BW has a "test drive" so you can shoot one at home for awhile before you decide. 

VicW.


----------



## AKRuss (Jan 10, 2003)

I've owned and shot several, though by no means all, "custom" and "production" recurve bows and I like Black Widows. They are expensive but so are most of the bows I seem to like, save perhaps the new Hoyt Game Master. I prefer longer, 64", MA recurves and find them very smooth and stable with good speed. The standard BW grip shoots very well for me. I have custom recurves with more comfortable grips but they all torque the bow at release. I find the BWs to be a very tough bow with an exceptionally tough finish. One thing that a BW has going for it is that you can call and order a bow made to your specifications and get the thing in a reasonable amount of time. I've grown too old and grouchy to wait a year for a bow, although I may muster my patience for a Blacktail Snakebit at a future date, LOL. Lastly, BW's customer service is very good. 

The last BW I ordered was a MAB (B for black) for target shooting with non-catalong items such as: a shiney black painted finish on the entire bow, riser cut way past center for use with a plunger and arrow rest (I'm shooting a springy rest on it), 66" limbs, and last but not least a prototype all micarta riser for additional weight and stability. The charge for the bow was the last published price for MABs which hadn't been made for several years. "Raven" was not cheap at $710 but is quite a bow all the same. 

Are there other great bows available? You bet. Is Black Widow one of them? You bet. Which one should you get? That's up to you to decide. Everyone seems to have opinions, it's important to develop your own.


----------



## bluej1165 (Mar 25, 2005)

I've always wanted a black widow but never could afford one. I got to shoot one about six weeks ago at a pro archery shop. It was a psa v ironwood recurve bow. It was a very beautiful bow. The gentlemen that owned it let me shoot the bow several times. He told me he paid over a thousand dollars for it, and it took four months to receive the bow. Then I shot another recurve he had for sale, which cost 450.00. After shooting both bows I was surprised to find out that I shot the cheaper bow much better than the black widow. Not to say the widow was not a good bow, but for my style of shooting I was no longer eager to purchase a widow. Sure they are beautiful, but not my bow of choice.


----------



## njshadowwalker (Aug 14, 2004)

bluej1165 said:


> I've always wanted a black widow but never could afford one. I got to shoot one about six weeks ago at a pro archery shop. It was a psa v ironwood recurve bow. It was a very beautiful bow. The gentlemen that owned it let me shoot the bow several times. He told me he paid over a thousand dollars for it, and it took four months to receive the bow. Then I shot another recurve he had for sale, which cost 450.00. After shooting both bows I was surprised to find out that I shot the cheaper bow much better than the black widow. Not to say the widow was not a good bow, but for my style of shooting I was no longer eager to purchase a widow. Sure they are beautiful, but not my bow of choice.

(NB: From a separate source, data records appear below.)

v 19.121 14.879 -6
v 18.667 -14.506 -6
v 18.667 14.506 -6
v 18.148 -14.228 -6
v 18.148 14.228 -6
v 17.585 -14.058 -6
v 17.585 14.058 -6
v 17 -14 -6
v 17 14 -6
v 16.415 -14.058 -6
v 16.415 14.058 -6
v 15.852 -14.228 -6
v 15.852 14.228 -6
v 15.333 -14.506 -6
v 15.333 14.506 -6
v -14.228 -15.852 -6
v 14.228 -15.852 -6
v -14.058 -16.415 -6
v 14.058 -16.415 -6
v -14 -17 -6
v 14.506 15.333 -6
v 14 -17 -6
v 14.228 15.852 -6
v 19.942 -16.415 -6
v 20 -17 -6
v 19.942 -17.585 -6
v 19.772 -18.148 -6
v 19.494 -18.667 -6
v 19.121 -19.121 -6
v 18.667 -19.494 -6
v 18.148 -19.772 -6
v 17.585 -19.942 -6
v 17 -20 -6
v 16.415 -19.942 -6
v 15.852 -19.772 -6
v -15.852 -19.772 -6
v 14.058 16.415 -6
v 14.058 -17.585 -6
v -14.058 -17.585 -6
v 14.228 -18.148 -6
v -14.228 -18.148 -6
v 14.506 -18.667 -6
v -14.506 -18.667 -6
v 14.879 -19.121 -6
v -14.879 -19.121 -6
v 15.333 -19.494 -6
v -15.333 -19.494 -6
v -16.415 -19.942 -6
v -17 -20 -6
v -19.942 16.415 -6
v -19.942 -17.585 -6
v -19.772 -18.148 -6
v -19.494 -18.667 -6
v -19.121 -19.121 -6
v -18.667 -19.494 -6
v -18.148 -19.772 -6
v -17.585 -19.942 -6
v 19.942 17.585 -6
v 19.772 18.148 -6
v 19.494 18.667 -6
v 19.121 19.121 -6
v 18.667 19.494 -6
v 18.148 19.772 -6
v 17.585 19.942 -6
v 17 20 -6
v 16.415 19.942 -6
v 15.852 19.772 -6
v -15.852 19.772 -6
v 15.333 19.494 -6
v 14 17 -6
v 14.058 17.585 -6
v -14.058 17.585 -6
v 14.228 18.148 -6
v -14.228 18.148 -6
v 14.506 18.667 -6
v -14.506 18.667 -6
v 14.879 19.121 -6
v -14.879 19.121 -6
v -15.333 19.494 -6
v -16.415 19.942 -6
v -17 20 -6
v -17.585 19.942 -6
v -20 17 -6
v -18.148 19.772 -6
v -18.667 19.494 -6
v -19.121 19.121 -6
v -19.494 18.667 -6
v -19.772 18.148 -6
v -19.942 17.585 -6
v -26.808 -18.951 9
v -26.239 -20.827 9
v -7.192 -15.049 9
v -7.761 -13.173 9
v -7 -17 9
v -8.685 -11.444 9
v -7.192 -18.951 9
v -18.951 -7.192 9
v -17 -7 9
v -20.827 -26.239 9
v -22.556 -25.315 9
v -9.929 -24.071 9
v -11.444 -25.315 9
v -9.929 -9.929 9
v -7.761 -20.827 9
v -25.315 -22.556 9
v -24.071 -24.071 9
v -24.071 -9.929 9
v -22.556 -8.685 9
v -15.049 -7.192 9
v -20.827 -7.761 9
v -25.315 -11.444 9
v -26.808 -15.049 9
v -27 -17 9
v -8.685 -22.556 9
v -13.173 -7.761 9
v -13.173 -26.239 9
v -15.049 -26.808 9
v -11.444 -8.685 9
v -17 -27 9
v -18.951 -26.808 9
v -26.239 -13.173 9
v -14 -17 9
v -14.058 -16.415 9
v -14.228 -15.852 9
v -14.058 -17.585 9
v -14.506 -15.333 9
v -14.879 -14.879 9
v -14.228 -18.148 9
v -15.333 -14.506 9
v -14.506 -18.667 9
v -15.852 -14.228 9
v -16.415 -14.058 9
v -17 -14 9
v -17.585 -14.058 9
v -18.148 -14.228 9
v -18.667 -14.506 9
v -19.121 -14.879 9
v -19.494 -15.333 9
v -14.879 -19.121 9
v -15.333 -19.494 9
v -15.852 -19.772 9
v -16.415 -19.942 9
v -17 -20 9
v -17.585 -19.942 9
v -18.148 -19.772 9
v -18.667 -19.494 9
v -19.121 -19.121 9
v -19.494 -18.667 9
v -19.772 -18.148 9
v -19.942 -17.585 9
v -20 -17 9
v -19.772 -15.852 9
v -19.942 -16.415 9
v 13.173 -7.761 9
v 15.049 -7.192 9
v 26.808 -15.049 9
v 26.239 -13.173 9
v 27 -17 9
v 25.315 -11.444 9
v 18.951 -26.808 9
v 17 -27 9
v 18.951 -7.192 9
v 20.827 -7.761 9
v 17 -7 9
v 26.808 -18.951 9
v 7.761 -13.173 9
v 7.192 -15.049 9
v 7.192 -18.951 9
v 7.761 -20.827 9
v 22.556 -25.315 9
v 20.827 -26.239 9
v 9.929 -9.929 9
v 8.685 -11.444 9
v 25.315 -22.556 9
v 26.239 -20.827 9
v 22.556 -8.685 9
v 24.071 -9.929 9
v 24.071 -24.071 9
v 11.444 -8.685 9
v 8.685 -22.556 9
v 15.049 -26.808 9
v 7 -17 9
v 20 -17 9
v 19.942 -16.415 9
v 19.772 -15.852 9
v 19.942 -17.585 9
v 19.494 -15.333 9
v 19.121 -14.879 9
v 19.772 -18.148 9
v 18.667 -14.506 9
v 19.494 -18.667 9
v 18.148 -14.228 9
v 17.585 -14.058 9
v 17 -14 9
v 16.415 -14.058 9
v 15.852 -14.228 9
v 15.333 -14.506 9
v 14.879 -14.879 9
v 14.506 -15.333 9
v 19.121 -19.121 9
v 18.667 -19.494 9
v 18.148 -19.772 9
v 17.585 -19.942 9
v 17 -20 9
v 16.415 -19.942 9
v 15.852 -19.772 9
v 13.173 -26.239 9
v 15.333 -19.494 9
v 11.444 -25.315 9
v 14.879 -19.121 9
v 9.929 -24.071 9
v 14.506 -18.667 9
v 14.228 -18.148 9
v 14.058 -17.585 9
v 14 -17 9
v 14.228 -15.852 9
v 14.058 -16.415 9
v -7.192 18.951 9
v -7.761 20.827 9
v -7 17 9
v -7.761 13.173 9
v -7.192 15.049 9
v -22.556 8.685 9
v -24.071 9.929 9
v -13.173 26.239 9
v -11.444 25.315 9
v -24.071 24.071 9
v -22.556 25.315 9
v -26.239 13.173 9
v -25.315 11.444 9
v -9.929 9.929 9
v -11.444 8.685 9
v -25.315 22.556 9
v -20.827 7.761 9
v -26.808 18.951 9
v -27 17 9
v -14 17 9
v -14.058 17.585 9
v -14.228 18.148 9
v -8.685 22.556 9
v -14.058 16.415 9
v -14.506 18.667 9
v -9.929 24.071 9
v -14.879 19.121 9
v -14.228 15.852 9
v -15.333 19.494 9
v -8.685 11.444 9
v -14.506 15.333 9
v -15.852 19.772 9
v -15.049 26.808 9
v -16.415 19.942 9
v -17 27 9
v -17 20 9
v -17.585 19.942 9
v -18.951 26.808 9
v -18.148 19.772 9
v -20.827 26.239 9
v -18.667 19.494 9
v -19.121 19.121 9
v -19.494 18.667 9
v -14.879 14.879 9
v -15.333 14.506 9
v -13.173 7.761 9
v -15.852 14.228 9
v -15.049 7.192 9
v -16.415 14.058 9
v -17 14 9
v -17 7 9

The bow prob git you better thats all. If a $100 bow shoots better in your hands the a $900 boiw why soend the extra $800?


----------



## WIbow (Nov 10, 2004)

Thanks everyone much appreciated!


----------



## Bonefish (Jan 6, 2005)

I tried a couple a few months ago at a trad show. I have to say they were the smoothest drawing bow I have every had in my hands. I tried a 45 pounder, a 50 pounder and a 57 pounder and I will have to say they draw lighter than they are. I love them and will have one one of these days. If you go to their web page they have a try before you buy where they will send you one to try just for the postage. Warning, don't try them less your willing to pay $880.00 for one.


----------



## snydley (Apr 7, 2005)

I've seen arrowsmith and vic can shoot! nice wee you again brother :cocktail:


----------



## non-typical (Jul 5, 2002)

*Black Widow*

Just received my second last week.Started with a few others and when a held and drew the BW, it was all it took.I have 62" MA's, 1-48#,& other is 59#.And they do draw lighter then they actually are.I think you cant go wrong with a BW.

PETE


----------



## Arrowsmit (Oct 5, 2002)

Hi Ed! How the heck ya been dude? Hey, e-mail me at [email protected] . 

Vic


----------



## stickshooter (Sep 1, 2003)

A couple of you said that the bows draw lighter than they are. Apparently I don't understand what you mean because 50# on the scale would also be 50# in your hands. Could you explain?


----------



## LBR (Jan 1, 2004)

Some bows have a smoother draw force curve, and may feel lighter compared to some others. Also, some bow weights are measured differently--some are measured from the back of the shelf, some from the throat of the grip, etc.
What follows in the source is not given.